I ricercatori esaminano il meccanismo di trasporto della proteina batterica della membrana

Un gruppo di ricerca internazionale ha studiato il meccanismo di trasporto di una proteina batterica della membrana facendo uso di un frammento artificialmente prodotto dell'anticorpo. Le proteine di trasporto, chiamate esportatori di ABC, sono presenti, per esempio, nelle membrane cellulari dei batteri ed in grande quantità in cellule tumorali e sono responsabili del trasporto delle molecole piccole dalle celle. Alcuni trasportatori possono pompare gli antibiotici o gli agenti della chemioterapia dalle celle, così dalle terapie della rappresentazione inefficaci. Nello studio corrente, i ricercatori hanno lavorato con gli esportatori isolati di ABC ed hanno mostrato come il trasporto del substrato è collegato con l'unità di energia della proteina e come entrambi possono essere modificati da un frammento dell'anticorpo o dalle mutazioni. I risultati sono stati pubblicati nelle comunicazioni della natura del giornale il 21 maggio 2019.

Per lo studio, il professor Enrica Bordignon ed il professor Lars Schäfer da Ruhr-Universität Bochum, entrambi i membri del cluster di eccellenza Resolv, cooperato con il professor Markus Seeger dall'università di Zurigo ed il professor Mikko Karttunen dall'università di Ontario occidentale.

Trattamento di trasporto a più stadi

Gli esportatori di ABC consumano l'energia quando trasporta le molecole dalle celle. Ottengono questo dalla scissione del trifosfato di adenosina della molecola di immagazzinamento dell'energia sull'interno della membrana. In via generale, l'esportatore di ABC è compreso tre aree: il motore difornitura dentro la cella, un connettore che estende tramite la membrana cellulare e un portone sull'esterno della membrana.

Per il trattamento di trasporto, l'esportatore di ABC si apre dentro la cella, contiene una molecola dal citoplasma e la trasporta all'altro lato della membrana. Là, il portone esterno si apre e la molecola è espelsa - ma soltanto se il motore della proteina spacca il trifosfato di adenosina dentro. Soltanto una volta che il portone esterno è chiuso può il trattamento di trasporto seguente cominciare ancora.

Motore spento

I ricercatori hanno sviluppato un frammento artificiale dell'anticorpo, anche conosciuto come uno sybody, che si è messo in bacino all'esportatore isolato di ABC nella provetta. Facendo uso di cristallografia a raggi x e di risonanza di rotazione di elettrone, il gruppo ha indicato che le legature sybody al portone esterno aperto. Come conseguenza di questo, il portone non poteva più chiudersi e nessun nuovo trattamento di trasporto potrebbe essere iniziato così. Di conseguenza, l'interno del motore è rimanere spento; non più trifosfato di adenosina è stato spaccato.
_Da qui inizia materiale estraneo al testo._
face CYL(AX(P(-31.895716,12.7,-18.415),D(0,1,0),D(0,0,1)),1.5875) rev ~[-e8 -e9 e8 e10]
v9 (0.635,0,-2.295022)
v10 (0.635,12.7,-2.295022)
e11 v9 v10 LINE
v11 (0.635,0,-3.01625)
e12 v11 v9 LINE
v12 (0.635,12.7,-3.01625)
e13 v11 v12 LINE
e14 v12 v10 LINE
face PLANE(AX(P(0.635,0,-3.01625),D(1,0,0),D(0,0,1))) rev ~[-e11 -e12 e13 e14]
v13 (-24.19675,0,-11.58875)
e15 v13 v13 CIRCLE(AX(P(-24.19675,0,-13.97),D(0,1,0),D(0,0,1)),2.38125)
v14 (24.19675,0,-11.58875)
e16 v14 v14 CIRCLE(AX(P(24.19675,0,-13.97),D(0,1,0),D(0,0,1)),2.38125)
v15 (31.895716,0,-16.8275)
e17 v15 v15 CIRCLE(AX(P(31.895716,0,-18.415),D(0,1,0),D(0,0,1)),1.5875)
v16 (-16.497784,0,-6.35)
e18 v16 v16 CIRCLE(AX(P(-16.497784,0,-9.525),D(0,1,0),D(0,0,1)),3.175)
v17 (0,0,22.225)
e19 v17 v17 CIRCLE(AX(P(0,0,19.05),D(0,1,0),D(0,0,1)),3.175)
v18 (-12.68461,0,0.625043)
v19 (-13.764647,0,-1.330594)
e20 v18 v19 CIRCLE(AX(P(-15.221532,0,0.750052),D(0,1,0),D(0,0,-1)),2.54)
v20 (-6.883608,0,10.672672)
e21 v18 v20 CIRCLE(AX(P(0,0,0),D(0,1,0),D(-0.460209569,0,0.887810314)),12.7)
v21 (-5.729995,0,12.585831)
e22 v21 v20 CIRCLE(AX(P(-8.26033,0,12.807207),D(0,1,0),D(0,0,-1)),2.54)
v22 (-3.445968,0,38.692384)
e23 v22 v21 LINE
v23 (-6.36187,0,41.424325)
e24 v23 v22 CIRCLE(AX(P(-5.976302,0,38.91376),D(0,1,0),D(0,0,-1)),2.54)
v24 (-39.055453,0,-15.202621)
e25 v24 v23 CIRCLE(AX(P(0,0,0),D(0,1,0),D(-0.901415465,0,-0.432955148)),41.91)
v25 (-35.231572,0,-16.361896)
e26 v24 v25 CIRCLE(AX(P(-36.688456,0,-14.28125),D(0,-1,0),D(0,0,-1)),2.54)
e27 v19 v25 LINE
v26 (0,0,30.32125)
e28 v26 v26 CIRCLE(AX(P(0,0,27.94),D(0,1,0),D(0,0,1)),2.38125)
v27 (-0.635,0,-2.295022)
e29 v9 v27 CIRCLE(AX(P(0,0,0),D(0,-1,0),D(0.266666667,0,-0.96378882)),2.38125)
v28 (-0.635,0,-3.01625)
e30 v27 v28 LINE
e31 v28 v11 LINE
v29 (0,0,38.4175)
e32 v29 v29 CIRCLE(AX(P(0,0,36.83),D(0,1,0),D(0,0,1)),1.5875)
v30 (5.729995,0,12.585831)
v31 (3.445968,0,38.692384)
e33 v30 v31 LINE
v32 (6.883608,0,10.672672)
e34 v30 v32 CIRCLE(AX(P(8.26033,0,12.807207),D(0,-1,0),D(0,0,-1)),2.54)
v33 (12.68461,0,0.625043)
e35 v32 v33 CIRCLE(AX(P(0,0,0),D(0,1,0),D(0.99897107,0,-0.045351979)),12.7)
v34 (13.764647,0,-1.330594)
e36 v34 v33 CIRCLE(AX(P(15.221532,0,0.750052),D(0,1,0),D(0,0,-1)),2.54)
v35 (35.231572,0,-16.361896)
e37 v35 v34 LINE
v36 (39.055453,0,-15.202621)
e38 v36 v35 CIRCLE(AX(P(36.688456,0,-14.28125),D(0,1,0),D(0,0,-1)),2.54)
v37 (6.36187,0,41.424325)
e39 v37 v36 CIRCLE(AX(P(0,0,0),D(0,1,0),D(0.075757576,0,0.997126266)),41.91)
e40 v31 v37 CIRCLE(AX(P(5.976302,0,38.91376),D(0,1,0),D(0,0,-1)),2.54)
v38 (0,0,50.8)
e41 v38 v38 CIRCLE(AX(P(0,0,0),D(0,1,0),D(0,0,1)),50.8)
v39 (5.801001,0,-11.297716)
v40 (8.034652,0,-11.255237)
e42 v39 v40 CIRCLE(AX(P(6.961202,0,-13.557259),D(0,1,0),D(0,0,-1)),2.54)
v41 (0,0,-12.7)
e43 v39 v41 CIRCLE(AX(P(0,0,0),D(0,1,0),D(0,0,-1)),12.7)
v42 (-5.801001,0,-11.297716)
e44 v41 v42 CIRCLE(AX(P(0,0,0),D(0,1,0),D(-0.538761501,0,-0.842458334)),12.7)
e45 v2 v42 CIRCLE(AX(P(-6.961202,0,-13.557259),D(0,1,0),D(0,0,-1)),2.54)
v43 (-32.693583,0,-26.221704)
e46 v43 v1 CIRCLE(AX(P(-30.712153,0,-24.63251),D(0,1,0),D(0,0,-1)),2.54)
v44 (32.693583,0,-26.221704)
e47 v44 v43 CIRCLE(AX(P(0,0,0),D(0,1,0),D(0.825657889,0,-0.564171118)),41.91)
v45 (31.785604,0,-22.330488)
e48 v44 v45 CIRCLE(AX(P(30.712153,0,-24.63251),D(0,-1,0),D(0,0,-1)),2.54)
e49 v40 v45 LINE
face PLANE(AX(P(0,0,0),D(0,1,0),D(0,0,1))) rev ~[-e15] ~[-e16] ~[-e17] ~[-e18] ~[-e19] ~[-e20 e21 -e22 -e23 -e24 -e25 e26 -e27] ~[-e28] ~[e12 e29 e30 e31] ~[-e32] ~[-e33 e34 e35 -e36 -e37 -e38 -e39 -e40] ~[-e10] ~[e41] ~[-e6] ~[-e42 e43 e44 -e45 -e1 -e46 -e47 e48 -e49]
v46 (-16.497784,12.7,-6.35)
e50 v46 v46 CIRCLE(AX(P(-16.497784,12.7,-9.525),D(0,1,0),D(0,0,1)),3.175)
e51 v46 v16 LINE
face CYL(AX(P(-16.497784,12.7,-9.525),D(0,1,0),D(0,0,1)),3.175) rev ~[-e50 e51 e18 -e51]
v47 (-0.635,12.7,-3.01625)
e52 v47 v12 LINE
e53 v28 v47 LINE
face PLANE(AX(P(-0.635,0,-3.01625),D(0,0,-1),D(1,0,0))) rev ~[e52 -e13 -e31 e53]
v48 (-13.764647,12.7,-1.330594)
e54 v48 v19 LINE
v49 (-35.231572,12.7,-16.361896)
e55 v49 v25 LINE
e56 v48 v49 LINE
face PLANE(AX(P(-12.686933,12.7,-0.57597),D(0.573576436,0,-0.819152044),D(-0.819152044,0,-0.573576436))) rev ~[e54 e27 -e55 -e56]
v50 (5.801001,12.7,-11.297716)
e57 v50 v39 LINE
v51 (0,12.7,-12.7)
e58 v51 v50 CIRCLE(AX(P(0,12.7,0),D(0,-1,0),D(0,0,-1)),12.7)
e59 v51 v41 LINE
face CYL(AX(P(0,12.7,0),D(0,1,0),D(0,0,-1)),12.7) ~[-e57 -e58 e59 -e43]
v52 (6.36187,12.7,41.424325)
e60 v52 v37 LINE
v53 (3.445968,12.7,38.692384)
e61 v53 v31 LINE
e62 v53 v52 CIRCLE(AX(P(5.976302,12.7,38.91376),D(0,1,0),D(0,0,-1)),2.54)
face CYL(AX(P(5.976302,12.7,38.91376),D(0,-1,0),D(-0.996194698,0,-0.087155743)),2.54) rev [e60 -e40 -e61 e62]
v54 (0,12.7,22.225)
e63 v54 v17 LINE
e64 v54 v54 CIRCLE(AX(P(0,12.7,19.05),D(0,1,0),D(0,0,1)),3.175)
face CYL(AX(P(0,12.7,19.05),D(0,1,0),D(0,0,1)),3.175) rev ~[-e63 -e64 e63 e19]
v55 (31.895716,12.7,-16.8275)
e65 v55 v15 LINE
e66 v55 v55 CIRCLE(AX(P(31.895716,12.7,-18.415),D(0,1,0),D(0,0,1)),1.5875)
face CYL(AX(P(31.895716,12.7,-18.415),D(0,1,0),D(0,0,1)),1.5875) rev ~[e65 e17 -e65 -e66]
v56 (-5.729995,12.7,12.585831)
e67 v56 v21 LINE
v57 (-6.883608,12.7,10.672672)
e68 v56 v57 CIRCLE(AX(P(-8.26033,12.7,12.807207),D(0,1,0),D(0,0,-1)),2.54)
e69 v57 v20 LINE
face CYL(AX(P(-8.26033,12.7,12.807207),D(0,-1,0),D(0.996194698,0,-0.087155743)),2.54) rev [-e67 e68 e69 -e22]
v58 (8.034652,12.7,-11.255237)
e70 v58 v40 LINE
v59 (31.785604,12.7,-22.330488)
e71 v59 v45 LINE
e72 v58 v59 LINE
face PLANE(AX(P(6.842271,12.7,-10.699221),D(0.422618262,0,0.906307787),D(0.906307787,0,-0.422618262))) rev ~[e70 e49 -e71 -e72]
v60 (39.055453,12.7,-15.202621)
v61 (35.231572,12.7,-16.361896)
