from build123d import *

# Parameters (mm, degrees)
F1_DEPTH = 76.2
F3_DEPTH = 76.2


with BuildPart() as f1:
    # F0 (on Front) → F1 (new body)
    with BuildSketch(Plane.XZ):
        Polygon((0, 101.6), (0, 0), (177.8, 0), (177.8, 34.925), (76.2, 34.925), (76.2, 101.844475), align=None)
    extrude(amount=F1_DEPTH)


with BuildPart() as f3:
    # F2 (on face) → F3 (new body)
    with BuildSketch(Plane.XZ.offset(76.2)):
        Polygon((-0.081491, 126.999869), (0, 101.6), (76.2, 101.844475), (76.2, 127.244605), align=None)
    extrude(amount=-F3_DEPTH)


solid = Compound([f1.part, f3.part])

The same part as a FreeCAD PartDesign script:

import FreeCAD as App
import Part
import Sketcher
from FreeCAD import Vector
Q = App.Units.Quantity


def add_polygon(sketch, points):
    """Adds a closed chain of lines whose ends are joined by coincident constraints."""
    first, n = sketch.GeometryCount, len(points)
    for a, b in zip(points, points[1:] + points[:1]):
        sketch.addGeometry(Part.LineSegment(App.Vector(*a, 0), App.Vector(*b, 0)), False)
    for i in range(n):
        sketch.addConstraint(Sketcher.Constraint("Coincident", first + i, 2, first + (i + 1) % n, 1))

doc = App.newDocument("Part")
body = doc.addObject("PartDesign::Body", "Body")

sketch1 = body.newObject("Sketcher::SketchObject", "Sketch")
sketch1.AttachmentSupport = (doc.getObject("XZ_Plane"), [""])
sketch1.MapMode = "FlatFace"
add_polygon(sketch1, [(0, 102), (0, 0), (178, 0), (178, 35), (76, 35), (76, 102)])
sketch1.addConstraint([
    Sketcher.Constraint("Vertical", 0),
    Sketcher.Constraint("Horizontal", 1),
    Sketcher.Constraint("Vertical", 2),
    Sketcher.Constraint("Horizontal", 3),
    Sketcher.Constraint("Vertical", 4),
    Sketcher.Constraint("Coincident", 0, 2, -1, 1),
    Sketcher.Constraint("Equal", 3, 0),
    Sketcher.Constraint("DistanceX", 1, 1, 1, 2, Q("7 in")),
    Sketcher.Constraint("DistanceX", 3, 2, 3, 1, Q("4 in")),
    Sketcher.Constraint("DistanceY", 2, 1, 2, 2, Q("1.375 in")),
    Sketcher.Constraint("DistanceY", 4, 1, 4, 2, Q("66.919475 mm")),
])
pad1 = body.newObject("PartDesign::Pad", "Pad")
pad1.Profile = sketch1
pad1.Length = Q("3 in")
body2 = doc.addObject("PartDesign::Body", "Body001")

sketch2 = body2.newObject("Sketcher::SketchObject", "Sketch001")
sketch2.AttachmentSupport = (doc.getObject("XZ_Plane001"), [""])
sketch2.MapMode = "FlatFace"
sketch2.AttachmentOffset = App.Placement(Vector(0, 0, 3 * 25.4), App.Rotation())
add_polygon(sketch2, [(0, 127), (0, 102), (76, 102), (76, 127)])
sketch2.addConstraint([
    Sketcher.Constraint("Vertical", 2),
    Sketcher.Constraint("PointOnObject", 0, 2, -2),
    Sketcher.Constraint("Perpendicular", 0, 1),
    Sketcher.Constraint("Parallel", 1, 3),
    Sketcher.Constraint("Distance", 0, Q("1 in")),
    Sketcher.Constraint("DistanceY", -1, 1, 0, 2, Q("4 in")),
    Sketcher.Constraint("DistanceX", -1, 1, 1, 2, Q("3 in")),
    Sketcher.Constraint("DistanceX", 3, 2, -1, 1, Q("0.081491 mm")),
])
pad2 = body2.newObject("PartDesign::Pad", "Pad001")
pad2.Profile = sketch2
pad2.Length = Q("3 in")
pad2.Reversed = True

doc.recompute()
Il gruppo ha confermato i risultati in ulteriori esperimenti senza lo sybody. In questi, specificamente hanno sostituito determinati amminoacidi della proteina facendo uso della mutazione genetica; ciò egualmente ha bloccato il meccanismo di chiusura del portone esterno e della scissione del trifosfato di adenosina.

Le nostre analisi hanno indicato che il meccanismo per aprire e chiudere il portone esterno è collegato strutturalmente con la scissione del trifosfato di adenosina del fornitore di energia sull'interno.„

Enrica Bordignon, Ruhr-Universität Bochum

“I nostri risultati sono la ricerca fondamentale,„ dice la testa al del gruppo di ricerca basato Bocum della spettroscopia di EPR. “Speriamo di usare questi informazioni per aprire i nuovi approcci a farmacoresistenza di combattimento.„

Sorgente:

Ruhr-Universität Bochum

Riferimento del giornale:

Cedric, A. et al. (2019) il portone extracellulare modella il profilo di energia di un esportatore di ABC. Comunicazioni della natura. doi.org/10.1038/s41467-019-09892-6.